Red Hat is one of the largest contributors to the Operator ecosystem and ships OpenShift’s own components as Operators. OpenShift Pipelines, OpenShift GitOps, OpenShift AI, OpenShift Virtualization are all deployed and managed through Operators. When you install the Red Hat OpenShift Pipelines operator from OperatorHub, OLM deploys the Tekton controllers, registers the Pipeline and Task CRDs, and from that point forward you can create pipelines as Kubernetes resources. The operator keeps those controllers running and handles upgrades when a new version is available.

That’s really what makes OpenShift feel like a platform rather than a pile of components you have to wire together yourself. Everything installs through the same mechanism, lifecycle management is handled for you, and the whole catalog is right there in the console.

The Foundation Beneath Everything

At the end of the day, OpenShift runs containers. It’s the primary goal of the platform, but that simple objective provides a lot of power. Containers make our applications portable. Kubernetes keeps those containers running in the desired state. And Operators give you a standardized way to deploy and manage the more complex software that keeps those apps running.

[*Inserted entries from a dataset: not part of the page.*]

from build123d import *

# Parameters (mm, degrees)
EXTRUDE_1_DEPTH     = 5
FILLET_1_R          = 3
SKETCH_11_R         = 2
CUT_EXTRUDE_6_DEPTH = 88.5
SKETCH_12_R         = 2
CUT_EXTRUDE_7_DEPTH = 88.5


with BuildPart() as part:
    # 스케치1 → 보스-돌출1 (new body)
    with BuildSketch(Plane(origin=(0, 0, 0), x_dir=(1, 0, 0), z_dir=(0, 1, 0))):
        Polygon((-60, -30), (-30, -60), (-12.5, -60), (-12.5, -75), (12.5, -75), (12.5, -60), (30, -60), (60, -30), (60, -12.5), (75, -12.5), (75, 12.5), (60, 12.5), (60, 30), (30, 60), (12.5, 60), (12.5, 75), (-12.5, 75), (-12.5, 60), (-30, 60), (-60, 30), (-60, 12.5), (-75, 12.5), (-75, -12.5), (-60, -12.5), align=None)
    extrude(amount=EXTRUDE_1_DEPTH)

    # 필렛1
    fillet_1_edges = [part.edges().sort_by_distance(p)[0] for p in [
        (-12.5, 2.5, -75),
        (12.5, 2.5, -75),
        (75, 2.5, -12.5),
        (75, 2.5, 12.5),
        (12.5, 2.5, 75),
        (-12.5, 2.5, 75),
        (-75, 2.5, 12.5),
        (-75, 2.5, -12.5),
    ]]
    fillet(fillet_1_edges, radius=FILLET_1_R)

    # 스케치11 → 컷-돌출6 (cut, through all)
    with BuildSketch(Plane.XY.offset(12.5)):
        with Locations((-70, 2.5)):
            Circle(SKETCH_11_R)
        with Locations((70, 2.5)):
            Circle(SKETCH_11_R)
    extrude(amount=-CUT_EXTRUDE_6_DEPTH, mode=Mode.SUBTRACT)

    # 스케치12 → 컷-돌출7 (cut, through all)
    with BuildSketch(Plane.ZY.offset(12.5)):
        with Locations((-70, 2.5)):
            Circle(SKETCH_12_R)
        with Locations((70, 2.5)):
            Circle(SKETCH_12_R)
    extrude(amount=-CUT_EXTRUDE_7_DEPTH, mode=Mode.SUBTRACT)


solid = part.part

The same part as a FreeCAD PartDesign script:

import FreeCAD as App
import Part
import Sketcher


def edges_at(feature, points):
    """Names of the edges that pass closest to the given points."""
    edges = feature.Shape.Edges
    near = lambda p: min(range(len(edges)), key=lambda i: edges[i].distToShape(Part.Vertex(*p))[0])
    return sorted({f"Edge{near(p) + 1}" for p in points})

doc = App.newDocument("Part")
body = doc.addObject("PartDesign::Body", "Body")

sketch1 = body.newObject("Sketcher::SketchObject", "Sketch")
sketch1.AttachmentSupport = (doc.getObject("XZ_Plane"), [""])
sketch1.MapMode = "FlatFace"
sketch1.addGeometry([
    Part.LineSegment(App.Vector(-60, 30, 0), App.Vector(-30, 60, 0)),
    Part.LineSegment(App.Vector(-30, 60, 0), App.Vector(-12, 60, 0)),
    Part.LineSegment(App.Vector(-12, 60, 0), App.Vector(-12, 75, 0)),
    Part.LineSegment(App.Vector(-12, 75, 0), App.Vector(12, 75, 0)),
    Part.LineSegment(App.Vector(12, 75, 0), App.Vector(12, 60, 0)),
    Part.LineSegment(App.Vector(12, 60, 0), App.Vector(30, 60, 0)),
    Part.LineSegment(App.Vector(30, 60, 0), App.Vector(60, 30, 0)),
    Part.LineSegment(App.Vector(60, 30, 0), App.Vector(60, 12, 0)),
    Part.LineSegment(App.Vector(60, 12, 0), App.Vector(75, 12, 0)),
    Part.LineSegment(App.Vector(75, 12, 0), App.Vector(75, -12, 0)),
    Part.LineSegment(App.Vector(75, -12, 0), App.Vector(60, -12, 0)),
    Part.LineSegment(App.Vector(60, -12, 0), App.Vector(60, -30, 0)),
    Part.LineSegment(App.Vector(60, -30, 0), App.Vector(30, -60, 0)),
    Part.LineSegment(App.Vector(30, -60, 0), App.Vector(12, -60, 0)),
    Part.LineSegment(App.Vector(12, -60, 0), App.Vector(12, -75, 0)),
    Part.LineSegment(App.Vector(12, -75, 0), App.Vector(-12, -75, 0)),
    Part.LineSegment(App.Vector(-12, -75, 0), App.Vector(-12, -60, 0)),
    Part.LineSegment(App.Vector(-12, -60, 0), App.Vector(-30, -60, 0)),
    Part.LineSegment(App.Vector(-30, -60, 0), App.Vector(-60, -30, 0)),
    Part.LineSegment(App.Vector(-60, -30, 0), App.Vector(-60, -12, 0)),
    Part.LineSegment(App.Vector(-60, -12, 0), App.Vector(-75, -12, 0)),
    Part.LineSegment(App.Vector(-75, -12, 0), App.Vector(-75, 12, 0)),
    Part.LineSegment(App.Vector(-75, 12, 0), App.Vector(-60, 12, 0)),
    Part.LineSegment(App.Vector(-60, 12, 0), App.Vector(-60, 30, 0)),
], False)
sketch1.addConstraint([
    Sketcher.Constraint("Coincident", 0, 2, 1, 1),
    Sketcher.Constraint("Coincident", 1, 2, 2, 1),
    Sketcher.Constraint("Coincident", 2, 2, 3, 1),
    Sketcher.Constraint("Coincident", 3, 2, 4, 1),
    Sketcher.Constraint("Coincident", 4, 2, 5, 1),
    Sketcher.Constraint("Coincident", 5, 2, 6, 1),
    Sketcher.Constraint("Coincident", 6, 2, 7, 1),
    Sketcher.Constraint("Coincident", 7, 2, 8, 1),
    Sketcher.Constraint("Coincident", 8, 2, 9, 1),
    Sketcher.Constraint("Coincident", 9, 2, 10, 1),
    Sketcher.Constraint("Coincident", 10, 2, 11, 1),
    Sketcher.Constraint("Coincident", 11, 2, 12, 1),
    Sketcher.Constraint("Coincident", 12, 2, 13, 1),
    Sketcher.Constraint("Coincident", 13, 2, 14, 1),
    Sketcher.Constraint("Coincident", 14, 2, 15, 1),
    Sketcher.Constraint("Coincident", 15, 2, 16, 1),
    Sketcher.Constraint("Coincident", 16, 2, 17, 1),
    Sketcher.Constraint("Coincident", 17, 2, 18, 1),
    Sketcher.Constraint("Coincident", 18, 2, 19, 1),
    Sketcher.Constraint("Coincident", 19, 2, 20, 1),
    Sketcher.Constraint("Coincident", 20, 2, 21, 1),
    Sketcher.Constraint("Coincident", 21, 2, 22, 1),
    Sketcher.Constraint("Coincident", 22, 2, 23, 1),
    Sketcher.Constraint("Coincident", 23, 2, 0, 1),
    Sketcher.Constraint("Horizontal", 1),
    Sketcher.Constraint("Vertical", 2),
    Sketcher.Constraint("Horizontal", 3),
    Sketcher.Constraint("Vertical", 4),
    Sketcher.Constraint("Horizontal", 5),
    Sketcher.Constraint("Vertical", 7),
    Sketcher.Constraint("Horizontal", 8),
    Sketcher.Constraint("Vertical", 9),
    Sketcher.Constraint("Horizontal", 10),
    Sketcher.Constraint("Vertical", 11),
    Sketcher.Constraint("Horizontal", 13),
    Sketcher.Constraint("Vertical", 14),
    Sketcher.Constraint("Horizontal", 15),
    Sketcher.Constraint("Vertical", 16),
    Sketcher.Constraint("Horizontal", 17),
    Sketcher.Constraint("Vertical", 19),
    Sketcher.Constraint("Horizontal", 20),
    Sketcher.Constraint("Vertical", 21),
    Sketcher.Constraint("Horizontal", 22),
    Sketcher.Constraint("Vertical", 23),
    Sketcher.Constraint("Symmetric", 0, 2, 12, 2, -1, 1),
    Sketcher.Constraint("Symmetric", 2, 2, 14, 2, -1, 1),
    Sketcher.Constraint("Symmetric", 4, 2, 16, 2, -1, 1),
    Sketcher.Constraint("Symmetric", 6, 2, 18, 2, -1, 1),
    Sketcher.Constraint("Symmetric", 8, 2, 20, 2, -1, 1),
    Sketcher.Constraint("Symmetric", 10, 2, 22, 2, -1, 1),
    Sketcher.Constraint("Symmetric", 1, 2, 4, 2, -2),
    Sketcher.Constraint("Symmetric", 11, 2, 18, 2, -2),
    Sketcher.Constraint("Perpendicular", 0, 6),
    Sketcher.Constraint("Perpendicular", 6, 12),
    Sketcher.Constraint("Perpendicular", 12, 18),
    Sketcher.Constraint("Horizontal", 10, 2, 19, 2),
    Sketcher.Constraint("Vertical", 5, 2, 12, 2),
    Sketcher.Constraint("Equal", 22, 2),
    Sketcher.Constraint("Equal", 17, 7),
    Sketcher.Constraint("Equal", 15, 9),
    Sketcher.Constraint("DistanceX", 3, 1, 3, 2, 25.0),
    Sketcher.Constraint("DistanceX", 8, 1, 8, 2, 15.0),
    Sketcher.Constraint("DistanceX", 1, 1, 1, 2, 17.5),
    Sketcher.Constraint("DistanceY", -1, 1, 0, 2, 60.0),
])
pad1 = body.newObject("PartDesign::Pad", "Pad")
pad1.Profile = sketch1
pad1.Length = 5
pad1.Reversed = True
doc.recompute()

fillet = body.newObject("PartDesign::Fillet", "Fillet")
fillet.Base = (pad1, edges_at(pad1, [
    (-12.5, 2.5, -75),
    (12.5, 2.5, -75),
    (75, 2.5, -12.5),
    (75, 2.5, 12.5),
    (12.5, 2.5, 75),
    (-12.5, 2.5, 75),
    (-75, 2.5, 12.5),
    (-75, 2.5, -12.5),
]))
fillet.Radius = 3

sketch2 = body.newObject("Sketcher::SketchObject", "Sketch001")
sketch2.AttachmentSupport = (doc.getObject("XY_Plane"), [""])
sketch2.MapMode = "FlatFace"
sketch2.AttachmentOffset = App.Placement(App.Vector(0, 0, 12.5), App.Rotation())
sketch2.addGeometry([
    Part.Circle(App.Vector(-70, 2.5, 0), App.Vector(0, 0, 1), 2),
    Part.Circle(App.Vector(70, 2.5, 0), App.Vector(0, 0, 1), 2),
], False)
sketch2.addConstraint([
    Sketcher.Constraint("Equal", 0, 1),
    Sketcher.Constraint("Symmetric", 0, 3, 1, 3, -2),
    Sketcher.Constraint("Diameter", 0, 4.0),
    Sketcher.Constraint("DistanceX", 0, 3, -1, 1, 70.0),
    Sketcher.Constraint("DistanceY", -1, 1, 0, 3, 2.5),
])
pocket1 = body.newObject("PartDesign::Pocket", "Pocket")
pocket1.Profile = sketch2
pocket1.Type = "ThroughAll"

sketch3 = body.newObject("Sketcher::SketchObject", "Sketch002")
sketch3.AttachmentSupport = (doc.getObject("YZ_Plane"), [""])
sketch3.MapMode = "FlatFace"
sketch3.AttachmentOffset = App.Placement(App.Vector(0, 0, -12.5), App.Rotation())
sketch3.addGeometry([
    Part.Circle(App.Vector(2.5, -70, 0), App.Vector(0, 0, 1), 2),
    Part.Circle(App.Vector(2.5, 70, 0), App.Vector(0, 0, 1), 2),
], False)
sketch3.addConstraint([
    Sketcher.Constraint("Equal", 0, 1),
    Sketcher.Constraint("Symmetric", 0, 3, 1, 3, -1),
    Sketcher.Constraint("Diameter", 0, 4.0),
    Sketcher.Constraint("DistanceY", 0, 3, -1, 1, 70.0),
    Sketcher.Constraint("DistanceX", -1, 1, 0, 3, 2.5),
])
pocket2 = body.newObject("PartDesign::Pocket", "Pocket001")
pocket2.Profile = sketch3
pocket2.Type = "ThroughAll"
pocket2.Reversed = True

doc.recompute()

Every capability covered in this series including: CI pipelines, GitOps deployments, developer workspaces, AI workloads, virtualization, all arrive as an Operator installed from OperatorHub. The same mechanism that manages a PostgreSQL cluster manages the Tekton controllers that run your pipelines and the ArgoCD instance that deploys your applications. Once you understand how Operators work, the rest of the platform starts to make sense as a coherent system rather than a collection of disconnected tools.

The Red Hat Platform series walks through each of those Operators in detail. What they do, how they’re configured, and how they work together on a single cluster.